From the first line onward, reproduce the records exactly; the final line to include is the one holding "v 6.807 0 24.844".

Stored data

%%

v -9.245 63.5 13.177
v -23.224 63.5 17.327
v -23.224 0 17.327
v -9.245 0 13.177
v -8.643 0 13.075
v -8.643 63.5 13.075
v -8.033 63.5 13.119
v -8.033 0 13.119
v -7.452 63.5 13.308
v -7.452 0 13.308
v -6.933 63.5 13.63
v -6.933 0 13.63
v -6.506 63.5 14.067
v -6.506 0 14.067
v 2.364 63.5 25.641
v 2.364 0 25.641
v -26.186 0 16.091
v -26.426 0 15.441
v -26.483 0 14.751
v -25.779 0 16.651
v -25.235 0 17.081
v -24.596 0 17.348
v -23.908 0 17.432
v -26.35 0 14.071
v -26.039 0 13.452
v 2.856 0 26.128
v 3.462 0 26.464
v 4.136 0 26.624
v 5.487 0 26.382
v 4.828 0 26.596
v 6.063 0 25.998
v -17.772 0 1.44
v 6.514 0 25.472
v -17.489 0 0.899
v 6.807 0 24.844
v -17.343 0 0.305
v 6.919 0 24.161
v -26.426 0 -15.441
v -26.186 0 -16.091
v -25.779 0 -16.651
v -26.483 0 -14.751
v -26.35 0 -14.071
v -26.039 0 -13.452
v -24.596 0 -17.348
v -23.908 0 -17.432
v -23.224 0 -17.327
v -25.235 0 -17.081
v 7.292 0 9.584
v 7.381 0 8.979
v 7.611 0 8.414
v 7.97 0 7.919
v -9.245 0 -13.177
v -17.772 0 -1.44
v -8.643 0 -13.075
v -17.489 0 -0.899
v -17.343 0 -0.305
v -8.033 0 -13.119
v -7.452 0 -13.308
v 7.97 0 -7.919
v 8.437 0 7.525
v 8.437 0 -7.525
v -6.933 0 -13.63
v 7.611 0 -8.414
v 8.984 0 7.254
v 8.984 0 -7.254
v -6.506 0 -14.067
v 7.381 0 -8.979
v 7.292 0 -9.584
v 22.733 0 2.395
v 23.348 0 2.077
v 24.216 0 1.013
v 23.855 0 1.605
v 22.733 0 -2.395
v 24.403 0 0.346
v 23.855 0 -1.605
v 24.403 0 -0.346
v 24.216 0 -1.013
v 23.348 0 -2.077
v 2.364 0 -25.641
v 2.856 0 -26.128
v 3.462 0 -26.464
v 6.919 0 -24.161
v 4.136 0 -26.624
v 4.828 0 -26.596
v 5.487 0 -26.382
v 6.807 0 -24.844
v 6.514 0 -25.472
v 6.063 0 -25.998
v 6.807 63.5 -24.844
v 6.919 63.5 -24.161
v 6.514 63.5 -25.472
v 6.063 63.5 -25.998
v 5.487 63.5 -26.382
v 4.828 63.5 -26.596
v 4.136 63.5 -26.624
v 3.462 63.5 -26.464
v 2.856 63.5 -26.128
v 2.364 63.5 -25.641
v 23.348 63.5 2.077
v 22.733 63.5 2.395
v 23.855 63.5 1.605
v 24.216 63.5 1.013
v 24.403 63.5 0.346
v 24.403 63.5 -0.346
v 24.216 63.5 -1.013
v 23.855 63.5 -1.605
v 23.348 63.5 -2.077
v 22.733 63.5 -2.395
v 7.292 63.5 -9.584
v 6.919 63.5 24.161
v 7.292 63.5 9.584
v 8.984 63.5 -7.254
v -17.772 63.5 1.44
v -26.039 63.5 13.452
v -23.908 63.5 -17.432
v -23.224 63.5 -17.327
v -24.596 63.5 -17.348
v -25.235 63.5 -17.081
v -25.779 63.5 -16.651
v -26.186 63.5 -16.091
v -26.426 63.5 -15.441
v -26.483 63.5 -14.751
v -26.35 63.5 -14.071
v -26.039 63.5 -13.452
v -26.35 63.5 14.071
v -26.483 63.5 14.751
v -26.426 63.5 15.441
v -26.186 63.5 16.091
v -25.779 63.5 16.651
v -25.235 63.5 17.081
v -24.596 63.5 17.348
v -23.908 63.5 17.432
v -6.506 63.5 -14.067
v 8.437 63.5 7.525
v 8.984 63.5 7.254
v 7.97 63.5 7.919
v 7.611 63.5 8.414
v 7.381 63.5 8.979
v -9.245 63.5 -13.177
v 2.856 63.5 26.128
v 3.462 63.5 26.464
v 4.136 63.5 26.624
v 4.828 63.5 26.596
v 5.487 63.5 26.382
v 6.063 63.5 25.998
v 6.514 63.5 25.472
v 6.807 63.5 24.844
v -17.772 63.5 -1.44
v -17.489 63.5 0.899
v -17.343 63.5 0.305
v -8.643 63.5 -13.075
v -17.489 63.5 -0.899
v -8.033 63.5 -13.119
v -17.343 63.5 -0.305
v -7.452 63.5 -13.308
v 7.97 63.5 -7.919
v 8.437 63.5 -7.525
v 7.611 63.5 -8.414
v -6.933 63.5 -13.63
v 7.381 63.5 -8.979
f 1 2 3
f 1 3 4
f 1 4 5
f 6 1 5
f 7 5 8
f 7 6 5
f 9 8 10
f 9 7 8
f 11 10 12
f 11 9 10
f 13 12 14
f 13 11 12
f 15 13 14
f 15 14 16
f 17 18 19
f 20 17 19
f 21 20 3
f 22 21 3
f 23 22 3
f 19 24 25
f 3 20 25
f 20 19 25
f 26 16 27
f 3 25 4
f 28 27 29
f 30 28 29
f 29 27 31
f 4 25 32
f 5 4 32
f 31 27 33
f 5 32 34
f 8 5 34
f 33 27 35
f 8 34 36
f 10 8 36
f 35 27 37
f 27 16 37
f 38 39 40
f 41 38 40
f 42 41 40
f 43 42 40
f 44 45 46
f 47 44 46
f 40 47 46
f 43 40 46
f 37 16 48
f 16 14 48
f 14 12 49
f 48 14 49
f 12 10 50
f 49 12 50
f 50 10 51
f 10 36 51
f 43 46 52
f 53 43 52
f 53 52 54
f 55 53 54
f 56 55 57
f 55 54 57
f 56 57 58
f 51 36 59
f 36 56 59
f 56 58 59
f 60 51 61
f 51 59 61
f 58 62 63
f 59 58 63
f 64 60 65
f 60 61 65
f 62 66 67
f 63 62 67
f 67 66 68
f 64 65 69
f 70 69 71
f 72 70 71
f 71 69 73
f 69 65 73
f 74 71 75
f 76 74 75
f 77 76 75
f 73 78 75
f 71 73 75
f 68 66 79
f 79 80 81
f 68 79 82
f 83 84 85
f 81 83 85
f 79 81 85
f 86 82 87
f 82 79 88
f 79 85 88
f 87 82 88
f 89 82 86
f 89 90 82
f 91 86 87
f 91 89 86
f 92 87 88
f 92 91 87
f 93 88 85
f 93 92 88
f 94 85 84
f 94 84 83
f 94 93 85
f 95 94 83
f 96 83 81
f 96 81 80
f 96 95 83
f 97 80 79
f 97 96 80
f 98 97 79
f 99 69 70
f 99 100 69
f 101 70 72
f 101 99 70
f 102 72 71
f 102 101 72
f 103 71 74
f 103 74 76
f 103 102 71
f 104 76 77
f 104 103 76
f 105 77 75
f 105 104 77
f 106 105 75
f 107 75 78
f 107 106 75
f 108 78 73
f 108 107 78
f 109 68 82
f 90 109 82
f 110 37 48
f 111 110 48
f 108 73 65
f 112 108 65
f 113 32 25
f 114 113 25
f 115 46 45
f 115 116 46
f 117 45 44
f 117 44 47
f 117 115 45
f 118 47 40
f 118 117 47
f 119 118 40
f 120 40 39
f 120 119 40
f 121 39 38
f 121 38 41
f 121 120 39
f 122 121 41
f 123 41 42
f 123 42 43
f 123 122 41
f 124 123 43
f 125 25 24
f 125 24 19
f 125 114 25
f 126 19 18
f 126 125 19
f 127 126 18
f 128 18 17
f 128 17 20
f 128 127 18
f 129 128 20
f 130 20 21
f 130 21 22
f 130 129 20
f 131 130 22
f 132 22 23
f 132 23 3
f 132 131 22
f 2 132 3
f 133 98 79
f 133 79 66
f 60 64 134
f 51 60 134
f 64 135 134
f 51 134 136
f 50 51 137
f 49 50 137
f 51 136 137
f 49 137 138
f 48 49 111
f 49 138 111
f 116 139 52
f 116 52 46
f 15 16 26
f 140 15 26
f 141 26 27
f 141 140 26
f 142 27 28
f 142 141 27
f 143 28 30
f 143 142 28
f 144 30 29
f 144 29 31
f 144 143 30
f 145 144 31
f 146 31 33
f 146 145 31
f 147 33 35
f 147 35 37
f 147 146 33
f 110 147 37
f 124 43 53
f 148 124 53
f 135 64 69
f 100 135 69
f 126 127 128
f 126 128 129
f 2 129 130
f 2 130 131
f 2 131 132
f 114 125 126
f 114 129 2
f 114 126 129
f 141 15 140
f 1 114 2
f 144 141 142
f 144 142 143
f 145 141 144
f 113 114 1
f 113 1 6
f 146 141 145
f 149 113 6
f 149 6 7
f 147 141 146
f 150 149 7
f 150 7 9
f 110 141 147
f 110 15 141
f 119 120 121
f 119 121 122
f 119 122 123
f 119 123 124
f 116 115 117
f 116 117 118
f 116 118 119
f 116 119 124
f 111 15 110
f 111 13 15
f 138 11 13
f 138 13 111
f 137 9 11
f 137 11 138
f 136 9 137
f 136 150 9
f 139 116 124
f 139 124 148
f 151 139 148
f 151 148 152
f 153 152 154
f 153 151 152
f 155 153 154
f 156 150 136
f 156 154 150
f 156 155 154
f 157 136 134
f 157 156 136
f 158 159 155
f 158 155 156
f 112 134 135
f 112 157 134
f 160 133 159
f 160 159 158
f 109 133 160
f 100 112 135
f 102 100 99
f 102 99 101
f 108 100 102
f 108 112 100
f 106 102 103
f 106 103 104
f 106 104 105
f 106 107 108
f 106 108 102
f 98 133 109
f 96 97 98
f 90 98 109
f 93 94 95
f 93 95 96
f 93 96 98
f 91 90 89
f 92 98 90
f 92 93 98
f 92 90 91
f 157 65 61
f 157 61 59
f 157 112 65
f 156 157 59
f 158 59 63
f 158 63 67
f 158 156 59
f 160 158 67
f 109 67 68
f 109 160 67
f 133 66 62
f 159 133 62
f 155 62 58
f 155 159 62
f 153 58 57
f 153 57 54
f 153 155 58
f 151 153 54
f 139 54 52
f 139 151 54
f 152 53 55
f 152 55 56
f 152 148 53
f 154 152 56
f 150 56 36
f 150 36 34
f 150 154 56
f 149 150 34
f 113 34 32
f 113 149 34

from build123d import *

# Parameters (mm, degrees)
BOSS_EXTRUDE2_DEPTH      = 63.5
BOSS_EXTRUDE2_DEPTH_BACK = 0.000100076
FILLET2_R                = 2.54


with BuildPart() as part:
    # Sketch2 → Boss-Extrude2 (new, two sides: drawn at the far end of the back side and taken through both)
    with BuildSketch(Plane(origin=(0, 0, 0), x_dir=(1, 0, 0), z_dir=(0, 1, 0)).offset(-BOSS_EXTRUDE2_DEPTH_BACK)):
        Polygon((7.336319495, 7.83629969), (7.336319495, 0), (29.508870684, 0), align=None)
        Polygon((29.508870684, 0), (7.336319495, 0), (7.336319495, -7.83629969), align=None)
        Polygon((7.336319495, 0), (-3.449421721, 0), (-0.116444388, -10.257849467), (7.336319495, -7.83629969), align=None)
        Polygon((-0.116444388, 10.257849467), (-3.449421721, 0), (7.336319495, 0), (7.336319495, 7.83629969), align=None)
        Polygon((-12.175269662, 6.339699622), (-3.449421721, 0), (-0.116444388, 10.257849467), (-7.569208272, 12.679399244), align=None)
        Polygon((-12.175269662, -6.339699622), (-3.449421721, 0), (-12.175269662, 6.339699622), (-16.781331052, 0), align=None)
        Polygon((-0.116444388, -10.257849467), (-3.449421721, 0), (-12.175269662, -6.339699622), (-7.569208272, -12.679399244), align=None)
        Polygon((6.735250738, -31.345198758), (-0.116444388, -10.257849467), (-7.569208272, -12.679399244), align=None)
        Polygon((7.336319495, -7.83629969), (-0.116444388, -10.257849467), (6.735250738, -31.345198758), align=None)
        Polygon((-7.569208272, -12.679399244), (-12.175269662, -6.339699622), (-30.113240383, -19.372398217), align=None)
        Polygon((-30.113240383, -19.372398217), (-12.175269662, -6.339699622), (-16.781331052, 0), align=None)
        Polygon((-16.781331052, 0), (-12.175269662, 6.339699622), (-30.113240383, 19.372398217), align=None)
        Polygon((-30.113240383, 19.372398217), (-12.175269662, 6.339699622), (-7.569208272, 12.679399244), align=None)
        Polygon((-7.569208272, 12.679399244), (-0.116444388, 10.257849467), (6.735250738, 31.345198758), align=None)
        Polygon((6.735250738, 31.345198758), (-0.116444388, 10.257849467), (7.336319495, 7.83629969), align=None)
    extrude(amount=BOSS_EXTRUDE2_DEPTH + BOSS_EXTRUDE2_DEPTH_BACK)

    # Fillet2
    fillet2_edges = [part.edges().sort_by_distance(p)[0] for p in [
        (-16.781331052, 31.749949962, 0),
        (-30.113240383, 31.749949962, -19.372398217),
        (-7.569208272, 31.749949962, -12.679399244),
        (6.735250738, 31.749949962, -31.345198758),
        (7.336319495, 31.749949962, -7.83629969),
        (29.508870684, 31.749949962, 0),
        (7.336319495, 31.749949962, 7.83629969),
        (6.735250738, 31.749949962, 31.345198758),
        (-7.569208272, 31.749949962, 12.679399244),
        (-30.113240383, 31.749949962, 19.372398217),
    ]]
    fillet(fillet2_edges, radius=FILLET2_R)


solid = part.part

%%

* **Exercise solution**
v -9.245 63.5 13.177
v -23.224 63.5 17.327
v -23.224 0 17.327
v -9.245 0 13.177
v -8.643 0 13.075
v -8.643 63.5 13.075
v -8.033 63.5 13.119
v -8.033 0 13.119
v -7.452 63.5 13.308
v -7.452 0 13.308
v -6.933 63.5 13.63
v -6.933 0 13.63
v -6.506 63.5 14.067
v -6.506 0 14.067
v 2.364 63.5 25.641
v 2.364 0 25.641
v -26.186 0 16.091
v -26.426 0 15.441
v -26.483 0 14.751
v -25.779 0 16.651
v -25.235 0 17.081
v -24.596 0 17.348
v -23.908 0 17.432
v -26.35 0 14.071
v -26.039 0 13.452
v 2.856 0 26.128
v 3.462 0 26.464
v 4.136 0 26.624
v 5.487 0 26.382
v 4.828 0 26.596
v 6.063 0 25.998
v -17.772 0 1.44
v 6.514 0 25.472
v -17.489 0 0.899
v 6.807 0 24.844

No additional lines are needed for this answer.